Señores del Partido Socialista, tengo clara una cosa: el señor Rivero jamás va a ser ministro del Gobierno de España, pero alguno de ustedes es posible que sí, ¿y entonces qué harán?, ¿volverán a sacar los nuevos principios? ¿O acaso no sabemos que las prospecciones de Baleares, de Valencia, de Andalucía, de Tarragona las firmó un ministro socialista? ¡Un Partido Socialista! ¿Tanto han cambiado las cosas en su partido, señor Pérez?

Miren, señorías, les digo la verdad, que el Partido Popular coincide con el señor Rivero en lo que dijo aquí en esta Cámara: las decisiones que hoy -quienes tenemos la responsabilidad- tomemos o estamos tomando es la herencia que vamos a dejar para el futuro. Y yo les pregunto: eso es verdad, ¿pero qué herencia nos quieren dejar tanto el señor Rivero como el Grupo de Coalición Canaria y el Grupo Socialista?, ¿dejar que otros exploten nuestras riquezas?, ¿no asegurar un futuro mejor para generaciones y generaciones de canarios?

Porque no compartimos la idea particular y partidista que tiene nuestro presidente sobre el futuro de nuestra tierra y de nuestra gente y porque no compartimos la farsa que hoy se ha querido traer a a este Parlamento es por lo que el Partido Popular ha presentado una propuesta de resolución. Señorías, una propuesta de resolución en la que entendemos que esta comunicación no era necesaria, que no aporta nada nuevo, en la que no logramos entender por qué en anteriores ocasiones el Gobierno de Canarias no pidió ese respaldo que ahora parece que necesita y que antes no pidió. Y sobre todo porque, tras esta iniciativa, no hay más que un claro interés personal y partidario del señor presidente del Gobierno de Canarias y que su verdadera finalidad ya es de todos conocida. Para eso ha servido hoy este pleno: para que todos tengamos claro cuál era la intención del presidente del Gobierno de Canarias y aspirante a candidato.
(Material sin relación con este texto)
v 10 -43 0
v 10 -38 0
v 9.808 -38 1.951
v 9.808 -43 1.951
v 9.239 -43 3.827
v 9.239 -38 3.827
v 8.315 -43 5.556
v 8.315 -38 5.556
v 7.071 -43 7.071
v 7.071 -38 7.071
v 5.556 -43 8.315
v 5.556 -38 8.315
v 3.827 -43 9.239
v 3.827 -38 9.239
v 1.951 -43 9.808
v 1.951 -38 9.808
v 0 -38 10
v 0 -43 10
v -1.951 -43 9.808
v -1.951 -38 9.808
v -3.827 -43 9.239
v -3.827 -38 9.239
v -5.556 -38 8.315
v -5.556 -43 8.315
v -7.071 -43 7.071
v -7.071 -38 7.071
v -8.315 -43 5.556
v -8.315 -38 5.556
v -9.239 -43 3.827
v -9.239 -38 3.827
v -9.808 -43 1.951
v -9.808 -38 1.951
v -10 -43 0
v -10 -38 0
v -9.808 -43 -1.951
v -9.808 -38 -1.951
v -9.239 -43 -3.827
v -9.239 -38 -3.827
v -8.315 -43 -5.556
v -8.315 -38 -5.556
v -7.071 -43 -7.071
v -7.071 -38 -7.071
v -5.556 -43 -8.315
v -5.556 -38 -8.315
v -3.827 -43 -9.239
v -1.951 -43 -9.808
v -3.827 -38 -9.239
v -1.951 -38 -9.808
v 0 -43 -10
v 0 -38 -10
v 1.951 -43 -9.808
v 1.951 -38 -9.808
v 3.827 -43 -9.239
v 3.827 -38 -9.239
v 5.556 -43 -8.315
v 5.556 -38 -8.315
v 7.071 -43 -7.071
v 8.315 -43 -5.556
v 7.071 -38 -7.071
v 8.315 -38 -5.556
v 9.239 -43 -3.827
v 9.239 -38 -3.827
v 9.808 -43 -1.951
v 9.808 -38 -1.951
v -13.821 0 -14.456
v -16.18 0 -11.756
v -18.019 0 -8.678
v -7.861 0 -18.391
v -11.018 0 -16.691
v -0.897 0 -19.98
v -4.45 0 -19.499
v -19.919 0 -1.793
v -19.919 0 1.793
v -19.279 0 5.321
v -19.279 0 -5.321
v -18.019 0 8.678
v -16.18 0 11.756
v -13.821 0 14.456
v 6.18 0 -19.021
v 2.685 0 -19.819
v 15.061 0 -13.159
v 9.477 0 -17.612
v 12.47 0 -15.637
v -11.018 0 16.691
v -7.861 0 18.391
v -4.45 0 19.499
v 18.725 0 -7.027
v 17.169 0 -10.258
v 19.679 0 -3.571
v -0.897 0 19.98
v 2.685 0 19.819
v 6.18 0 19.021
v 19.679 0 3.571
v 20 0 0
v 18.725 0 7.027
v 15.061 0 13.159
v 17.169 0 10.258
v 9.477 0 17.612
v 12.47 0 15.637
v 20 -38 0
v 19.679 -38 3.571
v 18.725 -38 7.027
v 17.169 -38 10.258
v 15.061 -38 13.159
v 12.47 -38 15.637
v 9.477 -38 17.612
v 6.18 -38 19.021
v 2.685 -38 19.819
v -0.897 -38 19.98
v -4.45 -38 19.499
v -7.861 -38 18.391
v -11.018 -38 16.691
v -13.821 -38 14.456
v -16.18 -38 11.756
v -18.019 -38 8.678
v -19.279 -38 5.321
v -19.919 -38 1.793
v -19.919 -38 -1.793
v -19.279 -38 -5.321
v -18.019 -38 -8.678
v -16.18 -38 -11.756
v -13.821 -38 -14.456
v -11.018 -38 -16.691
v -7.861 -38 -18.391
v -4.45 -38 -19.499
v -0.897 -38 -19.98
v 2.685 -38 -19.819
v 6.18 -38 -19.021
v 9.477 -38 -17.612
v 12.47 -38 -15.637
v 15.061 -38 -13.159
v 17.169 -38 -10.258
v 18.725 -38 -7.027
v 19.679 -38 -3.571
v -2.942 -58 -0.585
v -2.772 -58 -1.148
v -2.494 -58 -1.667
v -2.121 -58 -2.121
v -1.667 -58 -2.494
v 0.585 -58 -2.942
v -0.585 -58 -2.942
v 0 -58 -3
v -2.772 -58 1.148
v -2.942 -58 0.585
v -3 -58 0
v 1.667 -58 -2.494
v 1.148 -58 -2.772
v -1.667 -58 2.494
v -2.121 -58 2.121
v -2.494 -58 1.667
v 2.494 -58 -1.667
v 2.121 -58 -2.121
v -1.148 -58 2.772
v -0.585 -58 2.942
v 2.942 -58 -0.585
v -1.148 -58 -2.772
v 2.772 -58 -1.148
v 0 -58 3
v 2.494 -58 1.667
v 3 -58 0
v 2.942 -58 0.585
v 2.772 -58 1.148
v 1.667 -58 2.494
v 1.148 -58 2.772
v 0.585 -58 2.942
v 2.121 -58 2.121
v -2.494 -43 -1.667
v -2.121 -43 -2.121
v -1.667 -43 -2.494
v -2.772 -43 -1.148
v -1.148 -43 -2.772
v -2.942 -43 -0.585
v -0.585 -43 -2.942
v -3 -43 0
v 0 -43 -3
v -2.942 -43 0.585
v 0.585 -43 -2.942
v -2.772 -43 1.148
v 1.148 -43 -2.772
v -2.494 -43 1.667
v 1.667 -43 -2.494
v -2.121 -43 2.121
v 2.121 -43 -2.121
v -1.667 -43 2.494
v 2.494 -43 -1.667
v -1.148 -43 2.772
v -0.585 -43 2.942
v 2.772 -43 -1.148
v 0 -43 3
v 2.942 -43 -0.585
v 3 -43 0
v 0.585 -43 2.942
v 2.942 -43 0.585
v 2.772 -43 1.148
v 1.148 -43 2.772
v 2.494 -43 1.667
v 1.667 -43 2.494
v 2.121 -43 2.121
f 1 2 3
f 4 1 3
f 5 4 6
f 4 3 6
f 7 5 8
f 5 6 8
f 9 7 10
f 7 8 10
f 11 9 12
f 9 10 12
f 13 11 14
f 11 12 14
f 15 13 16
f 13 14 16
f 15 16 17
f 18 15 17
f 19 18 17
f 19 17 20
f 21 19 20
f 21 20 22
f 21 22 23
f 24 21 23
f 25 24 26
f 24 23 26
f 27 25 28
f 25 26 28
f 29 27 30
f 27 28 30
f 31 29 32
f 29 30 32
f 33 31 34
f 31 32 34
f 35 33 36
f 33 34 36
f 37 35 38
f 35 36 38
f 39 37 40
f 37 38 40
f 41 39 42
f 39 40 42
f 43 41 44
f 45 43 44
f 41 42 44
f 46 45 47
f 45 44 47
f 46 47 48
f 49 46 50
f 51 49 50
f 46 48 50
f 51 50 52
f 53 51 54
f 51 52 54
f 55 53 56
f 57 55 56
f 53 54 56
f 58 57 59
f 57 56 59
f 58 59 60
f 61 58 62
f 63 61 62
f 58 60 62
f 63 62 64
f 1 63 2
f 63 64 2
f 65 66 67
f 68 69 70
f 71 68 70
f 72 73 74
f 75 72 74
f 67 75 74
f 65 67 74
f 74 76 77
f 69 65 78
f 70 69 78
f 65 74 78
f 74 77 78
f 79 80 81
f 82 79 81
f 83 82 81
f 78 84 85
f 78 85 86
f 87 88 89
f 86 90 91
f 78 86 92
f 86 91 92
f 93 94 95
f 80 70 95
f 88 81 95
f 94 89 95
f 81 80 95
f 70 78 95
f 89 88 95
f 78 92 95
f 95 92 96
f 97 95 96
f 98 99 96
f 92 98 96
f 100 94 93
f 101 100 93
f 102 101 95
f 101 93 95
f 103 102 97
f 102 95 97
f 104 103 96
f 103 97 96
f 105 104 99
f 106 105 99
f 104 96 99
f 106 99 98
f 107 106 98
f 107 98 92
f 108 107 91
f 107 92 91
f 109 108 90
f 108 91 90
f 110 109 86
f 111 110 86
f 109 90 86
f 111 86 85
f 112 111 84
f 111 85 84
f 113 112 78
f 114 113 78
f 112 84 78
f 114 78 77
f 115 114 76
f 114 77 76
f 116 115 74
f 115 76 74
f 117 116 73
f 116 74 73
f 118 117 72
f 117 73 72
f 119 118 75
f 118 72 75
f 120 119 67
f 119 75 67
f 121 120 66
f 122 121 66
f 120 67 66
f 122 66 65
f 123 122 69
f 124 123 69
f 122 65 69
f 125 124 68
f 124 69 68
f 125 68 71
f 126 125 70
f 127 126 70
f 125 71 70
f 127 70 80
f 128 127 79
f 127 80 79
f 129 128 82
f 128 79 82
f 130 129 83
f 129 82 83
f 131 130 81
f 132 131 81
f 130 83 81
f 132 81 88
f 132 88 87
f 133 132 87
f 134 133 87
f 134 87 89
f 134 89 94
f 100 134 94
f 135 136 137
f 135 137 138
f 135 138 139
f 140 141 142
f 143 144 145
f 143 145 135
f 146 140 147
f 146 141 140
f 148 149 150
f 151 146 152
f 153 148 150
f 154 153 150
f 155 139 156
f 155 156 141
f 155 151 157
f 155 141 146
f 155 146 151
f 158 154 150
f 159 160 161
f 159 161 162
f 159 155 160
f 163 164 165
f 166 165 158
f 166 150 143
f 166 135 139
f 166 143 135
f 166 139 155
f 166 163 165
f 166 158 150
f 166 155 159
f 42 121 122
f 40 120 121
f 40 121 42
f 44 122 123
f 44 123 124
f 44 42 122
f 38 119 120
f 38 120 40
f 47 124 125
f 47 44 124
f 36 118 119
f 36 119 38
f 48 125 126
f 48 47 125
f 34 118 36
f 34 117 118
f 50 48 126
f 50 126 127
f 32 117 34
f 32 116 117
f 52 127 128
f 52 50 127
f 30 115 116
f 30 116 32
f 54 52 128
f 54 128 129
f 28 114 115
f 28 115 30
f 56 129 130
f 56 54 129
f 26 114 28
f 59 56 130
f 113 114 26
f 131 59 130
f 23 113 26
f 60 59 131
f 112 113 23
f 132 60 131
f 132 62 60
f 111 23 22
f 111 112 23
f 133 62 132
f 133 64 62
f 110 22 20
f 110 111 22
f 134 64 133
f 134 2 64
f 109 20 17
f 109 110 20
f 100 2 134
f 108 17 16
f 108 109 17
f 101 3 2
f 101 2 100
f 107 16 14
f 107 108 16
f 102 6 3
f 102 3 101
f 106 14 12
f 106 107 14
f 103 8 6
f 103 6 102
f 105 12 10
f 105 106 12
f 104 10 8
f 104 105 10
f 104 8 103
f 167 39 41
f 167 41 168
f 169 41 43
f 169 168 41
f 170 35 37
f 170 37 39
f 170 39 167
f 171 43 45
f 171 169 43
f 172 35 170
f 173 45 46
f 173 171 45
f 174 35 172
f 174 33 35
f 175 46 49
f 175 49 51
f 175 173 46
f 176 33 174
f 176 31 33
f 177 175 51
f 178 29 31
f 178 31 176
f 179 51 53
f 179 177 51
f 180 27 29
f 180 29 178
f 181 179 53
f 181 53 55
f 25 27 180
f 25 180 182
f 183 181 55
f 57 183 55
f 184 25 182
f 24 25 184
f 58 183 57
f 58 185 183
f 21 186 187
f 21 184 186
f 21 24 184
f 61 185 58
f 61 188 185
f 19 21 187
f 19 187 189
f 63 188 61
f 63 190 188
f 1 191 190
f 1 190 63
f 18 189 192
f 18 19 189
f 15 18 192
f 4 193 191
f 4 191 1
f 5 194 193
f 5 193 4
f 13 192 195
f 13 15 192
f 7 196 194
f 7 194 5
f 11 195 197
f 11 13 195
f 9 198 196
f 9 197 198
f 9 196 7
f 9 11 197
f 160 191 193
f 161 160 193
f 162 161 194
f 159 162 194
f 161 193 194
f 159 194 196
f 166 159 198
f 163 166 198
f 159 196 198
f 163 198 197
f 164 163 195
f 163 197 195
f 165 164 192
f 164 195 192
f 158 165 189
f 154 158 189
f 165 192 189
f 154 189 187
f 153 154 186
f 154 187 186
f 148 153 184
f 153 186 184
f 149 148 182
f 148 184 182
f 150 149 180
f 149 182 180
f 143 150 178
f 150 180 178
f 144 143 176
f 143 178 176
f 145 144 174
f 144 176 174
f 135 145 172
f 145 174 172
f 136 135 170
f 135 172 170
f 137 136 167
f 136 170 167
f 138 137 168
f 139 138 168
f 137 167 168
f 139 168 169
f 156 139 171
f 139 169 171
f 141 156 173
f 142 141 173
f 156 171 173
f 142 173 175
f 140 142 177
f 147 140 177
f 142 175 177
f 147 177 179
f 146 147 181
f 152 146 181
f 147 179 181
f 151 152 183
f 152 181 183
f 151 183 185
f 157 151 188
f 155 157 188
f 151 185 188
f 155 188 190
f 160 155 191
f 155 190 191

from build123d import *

# Parameters (mm, degrees)
ESBO_O11_R               = 20
RESSALTO_EXTRUS_O3_DEPTH = 38
ESBO_O12_R               = 10
RESSALTO_EXTRUS_O4_DEPTH = 5
ESBO_O13_R               = 3
RESSALTO_EXTRUS_O5_DEPTH = 15


with BuildPart() as part:
    # Esboço11 → Ressalto-extrusão3 (new body)
    with BuildSketch(Plane.XZ):
        Circle(ESBO_O11_R)
    extrude(amount=RESSALTO_EXTRUS_O3_DEPTH)

    # Esboço12 → Ressalto-extrusão4 (add)
    with BuildSketch(Plane.XZ.offset(38)):
        Circle(ESBO_O12_R)
    extrude(amount=RESSALTO_EXTRUS_O4_DEPTH)

    # Esboço13 → Ressalto-extrusão5 (add)
    with BuildSketch(Plane.XZ.offset(43)):
        Circle(ESBO_O13_R)
    extrude(amount=RESSALTO_EXTRUS_O5_DEPTH)


solid = part.part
Señorías, señores de Coalición Canaria y Partido Socialista, no me cansaré de decirles que hagan lo que tengan que hacer, pero basta ya de tanta propaganda. Esta verdad no es la verdad de Canarias. La única verdad es que necesitamos oportunidades de futuro y que nos vamos a lamentar. Ya lo verán, ya lo verán: la historia se escribe con lo que aquí decimos. Nos vamos a arrepentir. Por eso tienen una oportunidad, porque el modelo de ustedes hace aguas. Y, peor aún, porque en verdad no parece que cuenten con modelo alguno.

¿Qué actividad económica y qué bienestar van a proporcionar con esta forma de actuar? La de mantenerse en el poder, algo tan sencillo como eso. Les hago, les pido, por favor, que reflexionen. Nosotros no queremos ese futuro, no queremos esa forma de hacer política. Nos merecemos que seamos capaces de sentar las bases para asegurarnos un presente y un futuro mejor. Estamos en un asunto que tiene un principio y un final. La verdad política se sabrá en unos días, dentro de una organización política, pero la verdad de lo que estamos debatiendo se va a saber en tres meses. Es que los canarios van a saber que los engañaron y en tres meses van a saber que no se va a sacar petróleo, que de lo único que se trata es de saber si hay petróleo o gas, de saber si hay o no, y esa es la verdad que se va a saber en tres meses, señorías.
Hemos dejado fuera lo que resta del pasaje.